Write out, without any change, the lines in the material below that run from the line with "#8=(LENGTH_UNIT()NAMED_UNIT(*)SI_UNIT(.MILLI.,.METRE.));" through the line with "#52=CARTESIAN_POINT('',(22.5,-11.5,-67.));", both included.

====== RECORDS FOR THE TASK ======

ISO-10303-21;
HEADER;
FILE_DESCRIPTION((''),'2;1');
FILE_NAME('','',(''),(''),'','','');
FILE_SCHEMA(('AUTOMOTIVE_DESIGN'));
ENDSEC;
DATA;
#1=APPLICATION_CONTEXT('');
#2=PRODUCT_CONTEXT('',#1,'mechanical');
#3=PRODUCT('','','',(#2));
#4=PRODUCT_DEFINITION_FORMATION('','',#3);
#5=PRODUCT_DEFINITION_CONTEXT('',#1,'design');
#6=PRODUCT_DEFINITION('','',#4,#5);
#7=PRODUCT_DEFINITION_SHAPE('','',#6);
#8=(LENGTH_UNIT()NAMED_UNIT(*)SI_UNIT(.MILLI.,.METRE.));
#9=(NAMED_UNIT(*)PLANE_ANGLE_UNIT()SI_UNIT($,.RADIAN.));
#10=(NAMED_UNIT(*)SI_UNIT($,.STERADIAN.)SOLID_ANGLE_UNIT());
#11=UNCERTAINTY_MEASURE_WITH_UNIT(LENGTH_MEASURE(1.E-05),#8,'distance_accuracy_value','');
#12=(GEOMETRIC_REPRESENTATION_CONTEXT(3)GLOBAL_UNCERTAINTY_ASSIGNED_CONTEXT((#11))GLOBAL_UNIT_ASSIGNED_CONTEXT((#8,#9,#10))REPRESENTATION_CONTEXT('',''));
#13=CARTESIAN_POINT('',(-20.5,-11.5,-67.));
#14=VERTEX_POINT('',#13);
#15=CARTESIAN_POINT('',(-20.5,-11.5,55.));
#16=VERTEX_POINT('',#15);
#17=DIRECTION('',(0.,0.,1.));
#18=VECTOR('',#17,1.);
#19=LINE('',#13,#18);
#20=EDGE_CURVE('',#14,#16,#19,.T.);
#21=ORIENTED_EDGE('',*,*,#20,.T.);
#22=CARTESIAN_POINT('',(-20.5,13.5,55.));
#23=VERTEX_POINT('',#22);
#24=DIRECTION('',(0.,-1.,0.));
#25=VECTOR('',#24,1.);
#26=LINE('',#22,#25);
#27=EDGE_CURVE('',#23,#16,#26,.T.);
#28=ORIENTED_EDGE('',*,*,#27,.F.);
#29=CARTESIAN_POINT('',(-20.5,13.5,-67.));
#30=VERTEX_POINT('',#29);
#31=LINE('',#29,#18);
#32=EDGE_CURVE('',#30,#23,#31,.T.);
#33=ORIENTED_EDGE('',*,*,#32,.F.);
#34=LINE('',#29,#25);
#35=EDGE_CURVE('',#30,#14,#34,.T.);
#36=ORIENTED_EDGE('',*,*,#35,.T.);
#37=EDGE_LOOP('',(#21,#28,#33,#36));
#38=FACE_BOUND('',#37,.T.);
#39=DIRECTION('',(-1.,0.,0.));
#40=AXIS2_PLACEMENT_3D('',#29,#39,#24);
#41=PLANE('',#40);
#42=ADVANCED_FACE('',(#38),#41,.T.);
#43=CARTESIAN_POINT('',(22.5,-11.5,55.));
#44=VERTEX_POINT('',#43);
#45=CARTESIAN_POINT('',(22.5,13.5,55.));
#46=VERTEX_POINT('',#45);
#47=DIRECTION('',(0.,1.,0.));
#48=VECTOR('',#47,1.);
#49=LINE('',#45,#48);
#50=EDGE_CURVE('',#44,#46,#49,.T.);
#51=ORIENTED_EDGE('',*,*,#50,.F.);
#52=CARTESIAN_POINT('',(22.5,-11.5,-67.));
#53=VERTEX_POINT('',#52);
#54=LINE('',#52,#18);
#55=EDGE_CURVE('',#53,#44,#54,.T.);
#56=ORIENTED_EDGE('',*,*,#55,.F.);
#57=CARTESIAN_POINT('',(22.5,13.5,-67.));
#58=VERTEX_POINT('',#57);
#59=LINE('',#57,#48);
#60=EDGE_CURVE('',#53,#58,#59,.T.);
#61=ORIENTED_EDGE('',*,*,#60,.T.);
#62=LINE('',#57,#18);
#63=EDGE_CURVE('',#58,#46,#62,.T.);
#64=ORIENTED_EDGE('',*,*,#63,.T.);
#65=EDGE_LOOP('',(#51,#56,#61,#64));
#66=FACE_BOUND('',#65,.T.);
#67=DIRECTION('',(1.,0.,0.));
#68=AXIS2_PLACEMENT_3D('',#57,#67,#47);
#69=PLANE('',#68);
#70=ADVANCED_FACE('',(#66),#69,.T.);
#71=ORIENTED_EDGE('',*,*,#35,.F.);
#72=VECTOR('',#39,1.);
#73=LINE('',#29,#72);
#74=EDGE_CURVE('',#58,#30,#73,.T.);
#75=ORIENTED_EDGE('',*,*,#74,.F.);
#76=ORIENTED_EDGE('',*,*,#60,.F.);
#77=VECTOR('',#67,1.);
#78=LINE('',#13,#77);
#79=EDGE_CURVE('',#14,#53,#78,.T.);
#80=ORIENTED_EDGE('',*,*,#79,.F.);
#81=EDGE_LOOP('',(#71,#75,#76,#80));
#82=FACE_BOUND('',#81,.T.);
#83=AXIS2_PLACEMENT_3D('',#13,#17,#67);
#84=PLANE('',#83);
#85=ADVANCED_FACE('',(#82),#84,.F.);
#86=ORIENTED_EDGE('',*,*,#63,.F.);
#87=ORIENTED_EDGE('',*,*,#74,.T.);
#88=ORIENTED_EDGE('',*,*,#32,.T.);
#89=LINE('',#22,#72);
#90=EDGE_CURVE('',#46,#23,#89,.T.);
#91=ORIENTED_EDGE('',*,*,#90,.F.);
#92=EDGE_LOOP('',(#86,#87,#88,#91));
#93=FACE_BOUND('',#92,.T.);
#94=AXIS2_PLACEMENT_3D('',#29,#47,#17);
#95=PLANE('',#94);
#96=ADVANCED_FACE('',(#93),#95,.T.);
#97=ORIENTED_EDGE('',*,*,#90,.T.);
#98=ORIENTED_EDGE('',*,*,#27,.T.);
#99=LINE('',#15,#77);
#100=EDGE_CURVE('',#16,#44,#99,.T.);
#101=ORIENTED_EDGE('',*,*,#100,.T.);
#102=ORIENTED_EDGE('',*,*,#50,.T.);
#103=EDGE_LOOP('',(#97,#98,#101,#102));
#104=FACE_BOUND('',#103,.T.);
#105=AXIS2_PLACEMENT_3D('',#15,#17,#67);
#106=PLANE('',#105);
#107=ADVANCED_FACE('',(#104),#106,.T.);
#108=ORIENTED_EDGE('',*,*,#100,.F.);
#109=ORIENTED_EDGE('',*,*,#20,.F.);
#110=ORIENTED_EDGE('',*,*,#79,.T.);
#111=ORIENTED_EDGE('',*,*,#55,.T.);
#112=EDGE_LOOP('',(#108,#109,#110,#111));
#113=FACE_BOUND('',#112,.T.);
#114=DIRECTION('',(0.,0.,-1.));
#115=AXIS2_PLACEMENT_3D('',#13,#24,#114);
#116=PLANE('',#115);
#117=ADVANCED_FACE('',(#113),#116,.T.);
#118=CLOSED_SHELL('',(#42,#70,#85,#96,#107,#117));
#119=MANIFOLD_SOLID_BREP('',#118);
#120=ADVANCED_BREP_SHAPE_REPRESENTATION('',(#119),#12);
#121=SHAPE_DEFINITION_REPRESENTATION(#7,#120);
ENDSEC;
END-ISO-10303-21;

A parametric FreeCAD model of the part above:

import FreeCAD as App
import Part
import Sketcher
from FreeCAD import Vector
Q = App.Units.Quantity


def add_polygon(sketch, points):
    """Adds a closed chain of lines whose ends are joined by coincident constraints."""
    first, n = sketch.GeometryCount, len(points)
    for a, b in zip(points, points[1:] + points[:1]):
        sketch.addGeometry(Part.LineSegment(App.Vector(*a, 0), App.Vector(*b, 0)), False)
    for i in range(n):
        sketch.addConstraint(Sketcher.Constraint("Coincident", first + i, 2, first + (i + 1) % n, 1))

doc = App.newDocument("Part")
params = doc.addObject("Spreadsheet::Sheet", "Params")
for row, (alias, value) in enumerate([
    ("sketch1_width", "43 mm"),
    ("sketch1_height", "25 mm"),
    ("pad1_length", "55 mm"),
    ("pad1_length2", "67 mm"),
], start=1):
    params.set(f"A{row}", alias)
    params.set(f"B{row}", "=" + value)
    params.setAlias(f"B{row}", alias)

body = doc.addObject("PartDesign::Body", "Body")

# Sketch on XY plane
sketch1 = doc.addObject("Sketcher::SketchObject", "Sketch")
body.addObject(sketch1)
sketch1.AttachmentSupport = (doc.XY_Plane, [""])
sketch1.MapMode = "FlatFace"
add_polygon(sketch1, [(-20.5, 13.5), (-20.5, -11.5), (22.5, -11.5), (22.5, 13.5)])  # lines 0-3
sketch1.addConstraint([
    Sketcher.Constraint("Vertical", 0),
    Sketcher.Constraint("Horizontal", 1),
    Sketcher.Constraint("Vertical", 2),
    Sketcher.Constraint("Horizontal", 3),
    Sketcher.Constraint("DistanceX", 1, 1, 1, 2, Q("43 mm")),
    Sketcher.Constraint("DistanceY", 0, 2, 0, 1, Q("25 mm")),
    Sketcher.Constraint("DistanceX", 0, 2, -1, 1, Q("20.5 mm")),
    Sketcher.Constraint("DistanceY", 0, 2, -1, 1, Q("11.5 mm")),
])
sketch1.setExpression("Constraints[8]", "Params.sketch1_width")
sketch1.setExpression("Constraints[9]", "Params.sketch1_height")
pad1 = doc.addObject("PartDesign::Pad", "Pad")
body.addObject(pad1)
pad1.Profile = sketch1
pad1.Type = "TwoLengths"
pad1.setExpression("Length", "Params.pad1_length")
pad1.setExpression("Length2", "Params.pad1_length2")

doc.recompute()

======

RESULT –
#8=(LENGTH_UNIT()NAMED_UNIT(*)SI_UNIT(.MILLI.,.METRE.));
#9=(NAMED_UNIT(*)PLANE_ANGLE_UNIT()SI_UNIT($,.RADIAN.));
#10=(NAMED_UNIT(*)SI_UNIT($,.STERADIAN.)SOLID_ANGLE_UNIT());
#11=UNCERTAINTY_MEASURE_WITH_UNIT(LENGTH_MEASURE(1.E-05),#8,'distance_accuracy_value','');
#12=(GEOMETRIC_REPRESENTATION_CONTEXT(3)GLOBAL_UNCERTAINTY_ASSIGNED_CONTEXT((#11))GLOBAL_UNIT_ASSIGNED_CONTEXT((#8,#9,#10))REPRESENTATION_CONTEXT('',''));
#13=CARTESIAN_POINT('',(-20.5,-11.5,-67.));
#14=VERTEX_POINT('',#13);
#15=CARTESIAN_POINT('',(-20.5,-11.5,55.));
#16=VERTEX_POINT('',#15);
#17=DIRECTION('',(0.,0.,1.));
#18=VECTOR('',#17,1.);
#19=LINE('',#13,#18);
#20=EDGE_CURVE('',#14,#16,#19,.T.);
#21=ORIENTED_EDGE('',*,*,#20,.T.);
#22=CARTESIAN_POINT('',(-20.5,13.5,55.));
#23=VERTEX_POINT('',#22);
#24=DIRECTION('',(0.,-1.,0.));
#25=VECTOR('',#24,1.);
#26=LINE('',#22,#25);
#27=EDGE_CURVE('',#23,#16,#26,.T.);
#28=ORIENTED_EDGE('',*,*,#27,.F.);
#29=CARTESIAN_POINT('',(-20.5,13.5,-67.));
#30=VERTEX_POINT('',#29);
#31=LINE('',#29,#18);
#32=EDGE_CURVE('',#30,#23,#31,.T.);
#33=ORIENTED_EDGE('',*,*,#32,.F.);
#34=LINE('',#29,#25);
#35=EDGE_CURVE('',#30,#14,#34,.T.);
#36=ORIENTED_EDGE('',*,*,#35,.T.);
#37=EDGE_LOOP('',(#21,#28,#33,#36));
#38=FACE_BOUND('',#37,.T.);
#39=DIRECTION('',(-1.,0.,0.));
#40=AXIS2_PLACEMENT_3D('',#29,#39,#24);
#41=PLANE('',#40);
#42=ADVANCED_FACE('',(#38),#41,.T.);
#43=CARTESIAN_POINT('',(22.5,-11.5,55.));
#44=VERTEX_POINT('',#43);
#45=CARTESIAN_POINT('',(22.5,13.5,55.));
#46=VERTEX_POINT('',#45);
#47=DIRECTION('',(0.,1.,0.));
#48=VECTOR('',#47,1.);
#49=LINE('',#45,#48);
#50=EDGE_CURVE('',#44,#46,#49,.T.);
#51=ORIENTED_EDGE('',*,*,#50,.F.);
#52=CARTESIAN_POINT('',(22.5,-11.5,-67.));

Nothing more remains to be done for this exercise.